1 – Un errore veniale

Sì, è un errore proprio bassotto, che nessuno dovrebbe fare e men che meno chi insegna. Non è un buon indice. Ma non è un errore rilevante: si presenta, viene corretto e avanti. A esser pratici, non compromette in nessun modo la comunicazione, non fa perdere sfumature, né è così ricorrente da essere una minaccia per la lingua. Siamo al refuso. In effetti ha tutta l'aria della trasposizione per iscritto di un meridionalismo dei più schietti e diffusi: io sono fiorentino e dico ‘Calabria', i miei amici calabresi dicono ‘Calabbria', e se una volta scappa scritto, o se per la prima volta uno di loro realizza che in qualche parola l'ortografia italiana richiede una ‘b' in meno, c'è poco da scandalizzarsi. Succede. Il principio generale è "chi non fa non falla", e di solito la cosa importante da imparare alle elementari è non deridere chi sbaglia. Andrebbe capito che anche il sarcasmo è una forma di ignoranza, e delle più perniciose, e infine rivista la storia di "Al lupo, al lupo": a forza di scandalizzarsi, quando ce ne sarà davvero bisogno non ci alzeremo dal letto.

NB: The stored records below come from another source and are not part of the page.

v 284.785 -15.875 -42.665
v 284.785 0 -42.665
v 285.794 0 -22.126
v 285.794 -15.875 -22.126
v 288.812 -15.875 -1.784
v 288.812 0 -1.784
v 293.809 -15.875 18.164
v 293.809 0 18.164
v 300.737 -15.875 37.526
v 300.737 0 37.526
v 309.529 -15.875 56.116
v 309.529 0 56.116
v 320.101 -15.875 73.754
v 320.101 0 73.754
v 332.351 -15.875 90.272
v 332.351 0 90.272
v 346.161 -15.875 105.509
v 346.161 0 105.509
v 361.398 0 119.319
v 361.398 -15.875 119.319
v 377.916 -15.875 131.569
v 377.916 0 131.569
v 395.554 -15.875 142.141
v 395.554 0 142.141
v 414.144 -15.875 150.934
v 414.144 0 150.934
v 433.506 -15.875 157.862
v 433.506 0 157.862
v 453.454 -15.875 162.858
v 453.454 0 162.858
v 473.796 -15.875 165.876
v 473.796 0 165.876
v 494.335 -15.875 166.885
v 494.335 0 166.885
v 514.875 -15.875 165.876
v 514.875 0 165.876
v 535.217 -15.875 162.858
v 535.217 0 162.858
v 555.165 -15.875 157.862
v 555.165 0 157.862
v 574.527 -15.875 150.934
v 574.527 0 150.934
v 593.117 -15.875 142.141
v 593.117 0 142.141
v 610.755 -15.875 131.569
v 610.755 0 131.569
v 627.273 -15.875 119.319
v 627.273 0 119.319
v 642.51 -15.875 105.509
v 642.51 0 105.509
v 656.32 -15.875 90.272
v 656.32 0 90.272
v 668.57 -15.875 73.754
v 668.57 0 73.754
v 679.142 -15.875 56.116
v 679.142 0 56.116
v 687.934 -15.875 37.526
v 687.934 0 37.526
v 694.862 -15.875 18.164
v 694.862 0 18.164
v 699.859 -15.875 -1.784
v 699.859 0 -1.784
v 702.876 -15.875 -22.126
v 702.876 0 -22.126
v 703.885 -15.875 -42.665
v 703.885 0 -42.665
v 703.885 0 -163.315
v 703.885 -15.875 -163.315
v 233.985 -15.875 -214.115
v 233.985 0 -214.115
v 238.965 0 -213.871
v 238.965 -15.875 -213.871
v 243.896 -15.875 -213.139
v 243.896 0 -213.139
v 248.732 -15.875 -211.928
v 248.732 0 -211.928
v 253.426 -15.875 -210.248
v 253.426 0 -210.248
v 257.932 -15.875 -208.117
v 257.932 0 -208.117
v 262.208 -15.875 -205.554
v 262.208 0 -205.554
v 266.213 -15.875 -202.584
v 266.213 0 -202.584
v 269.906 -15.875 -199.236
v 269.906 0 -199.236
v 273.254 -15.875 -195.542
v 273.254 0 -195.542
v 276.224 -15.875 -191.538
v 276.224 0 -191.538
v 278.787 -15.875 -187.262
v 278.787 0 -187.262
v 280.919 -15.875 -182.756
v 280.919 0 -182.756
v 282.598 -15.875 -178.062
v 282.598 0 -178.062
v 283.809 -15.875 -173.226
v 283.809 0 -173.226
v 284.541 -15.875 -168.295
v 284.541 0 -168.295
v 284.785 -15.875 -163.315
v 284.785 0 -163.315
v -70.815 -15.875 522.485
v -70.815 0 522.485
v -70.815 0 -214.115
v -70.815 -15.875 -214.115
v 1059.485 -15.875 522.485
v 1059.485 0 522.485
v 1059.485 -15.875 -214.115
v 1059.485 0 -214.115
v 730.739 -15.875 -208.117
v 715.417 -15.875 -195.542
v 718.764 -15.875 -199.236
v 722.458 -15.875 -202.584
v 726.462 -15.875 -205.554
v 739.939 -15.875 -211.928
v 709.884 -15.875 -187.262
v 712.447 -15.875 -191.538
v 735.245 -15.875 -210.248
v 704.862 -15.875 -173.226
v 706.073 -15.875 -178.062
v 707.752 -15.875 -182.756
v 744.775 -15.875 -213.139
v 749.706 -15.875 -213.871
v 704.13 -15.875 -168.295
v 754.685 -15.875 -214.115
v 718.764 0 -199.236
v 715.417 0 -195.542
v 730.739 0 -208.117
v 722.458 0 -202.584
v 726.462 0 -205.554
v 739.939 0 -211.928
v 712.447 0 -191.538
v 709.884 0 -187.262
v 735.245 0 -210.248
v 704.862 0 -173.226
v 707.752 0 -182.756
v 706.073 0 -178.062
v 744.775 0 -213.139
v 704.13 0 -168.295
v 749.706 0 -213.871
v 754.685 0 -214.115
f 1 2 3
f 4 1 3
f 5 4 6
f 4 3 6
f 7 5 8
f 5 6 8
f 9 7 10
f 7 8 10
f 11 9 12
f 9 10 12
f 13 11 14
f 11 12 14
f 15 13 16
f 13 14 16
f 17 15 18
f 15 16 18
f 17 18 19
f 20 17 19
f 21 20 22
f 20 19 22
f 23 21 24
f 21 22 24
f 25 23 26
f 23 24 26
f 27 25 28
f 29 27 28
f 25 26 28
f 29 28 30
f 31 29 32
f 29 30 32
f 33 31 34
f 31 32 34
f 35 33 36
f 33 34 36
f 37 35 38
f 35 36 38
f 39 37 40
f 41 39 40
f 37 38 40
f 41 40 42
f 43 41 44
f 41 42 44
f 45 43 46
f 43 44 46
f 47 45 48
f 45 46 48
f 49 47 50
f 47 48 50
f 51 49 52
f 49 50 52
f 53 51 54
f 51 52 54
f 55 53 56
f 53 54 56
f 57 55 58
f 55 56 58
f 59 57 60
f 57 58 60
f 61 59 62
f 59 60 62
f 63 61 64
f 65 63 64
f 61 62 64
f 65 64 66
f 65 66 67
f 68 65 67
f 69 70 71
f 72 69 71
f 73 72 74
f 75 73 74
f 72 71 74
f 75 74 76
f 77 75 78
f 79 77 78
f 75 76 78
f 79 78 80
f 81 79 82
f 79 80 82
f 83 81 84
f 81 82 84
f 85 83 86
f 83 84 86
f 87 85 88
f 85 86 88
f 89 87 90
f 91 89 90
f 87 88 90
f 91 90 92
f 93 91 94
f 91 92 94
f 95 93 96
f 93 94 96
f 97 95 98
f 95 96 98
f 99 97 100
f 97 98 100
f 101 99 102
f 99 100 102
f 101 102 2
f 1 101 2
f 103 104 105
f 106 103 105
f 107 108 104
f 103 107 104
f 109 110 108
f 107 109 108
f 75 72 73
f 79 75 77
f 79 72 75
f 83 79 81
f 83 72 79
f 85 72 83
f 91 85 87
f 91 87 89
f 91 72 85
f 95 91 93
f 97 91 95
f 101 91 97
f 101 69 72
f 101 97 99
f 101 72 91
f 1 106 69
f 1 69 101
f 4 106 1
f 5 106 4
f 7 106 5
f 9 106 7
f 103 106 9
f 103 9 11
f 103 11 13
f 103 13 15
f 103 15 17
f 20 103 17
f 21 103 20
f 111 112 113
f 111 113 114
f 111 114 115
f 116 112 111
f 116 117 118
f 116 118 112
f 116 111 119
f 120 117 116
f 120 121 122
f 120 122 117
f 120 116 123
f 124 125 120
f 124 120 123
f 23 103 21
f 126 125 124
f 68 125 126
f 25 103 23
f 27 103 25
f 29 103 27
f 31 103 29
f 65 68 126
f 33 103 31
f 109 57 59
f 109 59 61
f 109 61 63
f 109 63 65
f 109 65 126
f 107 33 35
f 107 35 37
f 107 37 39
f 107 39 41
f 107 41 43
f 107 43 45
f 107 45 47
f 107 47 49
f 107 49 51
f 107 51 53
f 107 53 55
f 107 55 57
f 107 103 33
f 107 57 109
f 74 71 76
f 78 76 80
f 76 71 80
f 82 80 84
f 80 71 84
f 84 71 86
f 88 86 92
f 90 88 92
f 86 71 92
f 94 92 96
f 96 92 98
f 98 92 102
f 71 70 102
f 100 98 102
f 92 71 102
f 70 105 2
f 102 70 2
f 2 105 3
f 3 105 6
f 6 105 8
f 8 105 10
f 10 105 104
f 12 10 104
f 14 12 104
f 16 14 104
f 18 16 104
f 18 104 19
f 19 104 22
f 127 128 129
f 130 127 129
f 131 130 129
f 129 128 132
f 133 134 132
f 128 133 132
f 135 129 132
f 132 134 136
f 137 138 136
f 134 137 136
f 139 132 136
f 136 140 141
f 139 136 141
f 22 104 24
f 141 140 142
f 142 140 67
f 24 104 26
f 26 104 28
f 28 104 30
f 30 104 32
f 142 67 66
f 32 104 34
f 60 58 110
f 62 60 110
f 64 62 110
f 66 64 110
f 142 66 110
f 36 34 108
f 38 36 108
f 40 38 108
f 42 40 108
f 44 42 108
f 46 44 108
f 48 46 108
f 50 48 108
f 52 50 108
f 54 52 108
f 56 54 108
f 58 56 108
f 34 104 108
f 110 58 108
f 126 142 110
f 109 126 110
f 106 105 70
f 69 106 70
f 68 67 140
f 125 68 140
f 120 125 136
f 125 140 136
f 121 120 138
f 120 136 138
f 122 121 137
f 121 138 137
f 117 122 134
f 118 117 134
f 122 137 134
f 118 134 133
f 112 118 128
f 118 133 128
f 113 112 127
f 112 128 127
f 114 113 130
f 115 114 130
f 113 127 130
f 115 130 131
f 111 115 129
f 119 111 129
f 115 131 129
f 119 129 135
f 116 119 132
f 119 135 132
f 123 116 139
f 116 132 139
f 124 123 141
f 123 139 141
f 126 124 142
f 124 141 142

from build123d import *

# Parameters (mm, degrees)
F1_DEPTH = 15.875


with BuildPart() as f1:
    # F0 (on Front) → F1 (new body)
    with BuildSketch(Plane.XZ):
        with BuildLine():
            Line((1059.485458, 522.484738), (-70.814542, 522.484738))
            Line((-70.814542, 522.484738), (-70.814542, -214.115262))
            Line((-70.814542, -214.115262), (233.985458, -214.115262))
            ThreePointArc((233.985458, -214.115262), (269.906482, -199.236287), (284.785458, -163.315262))
            Line((284.785458, -163.315262), (284.785458, -42.665262))
            ThreePointArc((284.785458, -42.665262), (494.335458, 166.884738), (703.885458, -42.665262))
            Line((703.885458, -42.665262), (703.885458, -163.315262))
            ThreePointArc((703.885458, -163.315262), (718.764433, -199.236287), (754.685458, -214.115262))
            Line((754.685458, -214.115262), (1059.485458, -214.115262))
            Line((1059.485458, -214.115262), (1059.485458, 522.484738))
        make_face()
    extrude(amount=F1_DEPTH)


solid = f1.part
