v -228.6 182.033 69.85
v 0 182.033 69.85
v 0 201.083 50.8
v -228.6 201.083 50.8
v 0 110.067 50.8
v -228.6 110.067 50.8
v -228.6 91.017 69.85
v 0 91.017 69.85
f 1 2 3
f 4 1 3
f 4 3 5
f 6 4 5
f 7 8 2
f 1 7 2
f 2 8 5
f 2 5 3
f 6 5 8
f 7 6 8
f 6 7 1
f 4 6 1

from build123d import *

# Parameters (mm, degrees)
F0_W     = 273.05
F0_H     = 228.6
F1_DEPTH = 228.6
F3_DEPTH = 228.6
F5_DEPTH = 228.6
F7_DEPTH = 228.6


with BuildPart() as f1:
    # F0 (on Right) → F1 (new body)
    with BuildSketch(Plane.YZ):
        with Locations((136.525, 114.3)):
            Rectangle(F0_W, F0_H)
    extrude(amount=-F1_DEPTH)

    # F2 (on face) → F3 (cut, through all)
    with BuildSketch(Plane.YZ):
        Polygon((182.0333333333, 139.7), (273.05, 139.7), (273.05, 228.6), (0, 228.6), (0, 0), (91.0166666667, 0), (91.0166666667, 69.85), (182.0333333333, 69.85), align=None)
    extrude(amount=-F3_DEPTH, mode=Mode.SUBTRACT)

    # F4 (on face) → F5 (cut, through all)
    with BuildSketch(Plane.YZ):
        Polygon((201.0833333333, 50.8), (110.0666666667, 50.8), (110.0666666667, 0), (273.05, 0), (273.05, 120.65), (201.0833333333, 120.65), align=None)
    extrude(amount=-F5_DEPTH, mode=Mode.SUBTRACT)

    # F6 (on face) → F7 (cut, through all)
    with BuildSketch(Plane.YZ):
        Polygon((273.05, 139.7), (182.0333333333, 139.7), (201.0833333333, 120.65), (273.05, 120.65), align=None)
        Polygon((182.0333333333, 139.7), (182.0333333333, 69.85), (201.0833333333, 50.8), (201.0833333333, 120.65), align=None)
        Polygon((110.0666666667, 50.8), (91.0166666667, 69.85), (91.0166666667, 0), (110.0666666667, 0), align=None)
    extrude(amount=-F7_DEPTH, mode=Mode.SUBTRACT)


solid = f1.part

2 – La vera storia del nome ‘zebra'

Chi si attacca a un episodio del genere per lamentare il declino della scuola italiana, nel darvi tanto valore mostra di dominare con sguardo asfittico la forma delle parole. Potremmo fare discorsi generali su quanti siano i casi in cui la lingua italiana ha raddoppiato le ‘b' scempie delle basi latine, però voglio parlare proprio di ‘zebra', una parola che giunge ad avere questa forma tramite storpiature delle più incredibili.
Lo stato dell'arte sull'etimologia di ‘zebra' è descritto in maniera magistrale nel Dizionario Etimologico della Lingua Italiana di Cortellazzo e Zolli. Qualcuno si stupirà di sapere che l'origine di questa parola sta nel latino parlato ‘ecifera', variante ipotetica del classico ‘equifera', nome con cui veniva chiamata la cavalla selvaggia. ‘Zebra' emerge in spagnolo all'inizio del XIII secolo, probabilmente con la precedente mediazione del portoghese. Ed è dallo spagnolo che prendiamo il nostro ‘zebra' – anche se ha convissuto con forme mediate invece dal francese antico ‘azoivre' (come ‘zevere'). Ora, per passare da ‘ecifera' a ‘zebra' serve che di lingua in lingua si assestino molti passaggi storpiati. E serve una bella faccia tosta a voler scolpire nel marmo la forma finale: ogni parola che leggiamo sul dizionario è il fotogramma di un film che dura da prima e durerà oltre la nostra lingua stessa. Ci vuole una prospettiva serena, su certi errori, specie quando riflettono fenomeni linguistici ben noti. Oh, bene o male una parte importante degli italiani, se non raddoppia, parlando almeno calca la ‘b' di zebra.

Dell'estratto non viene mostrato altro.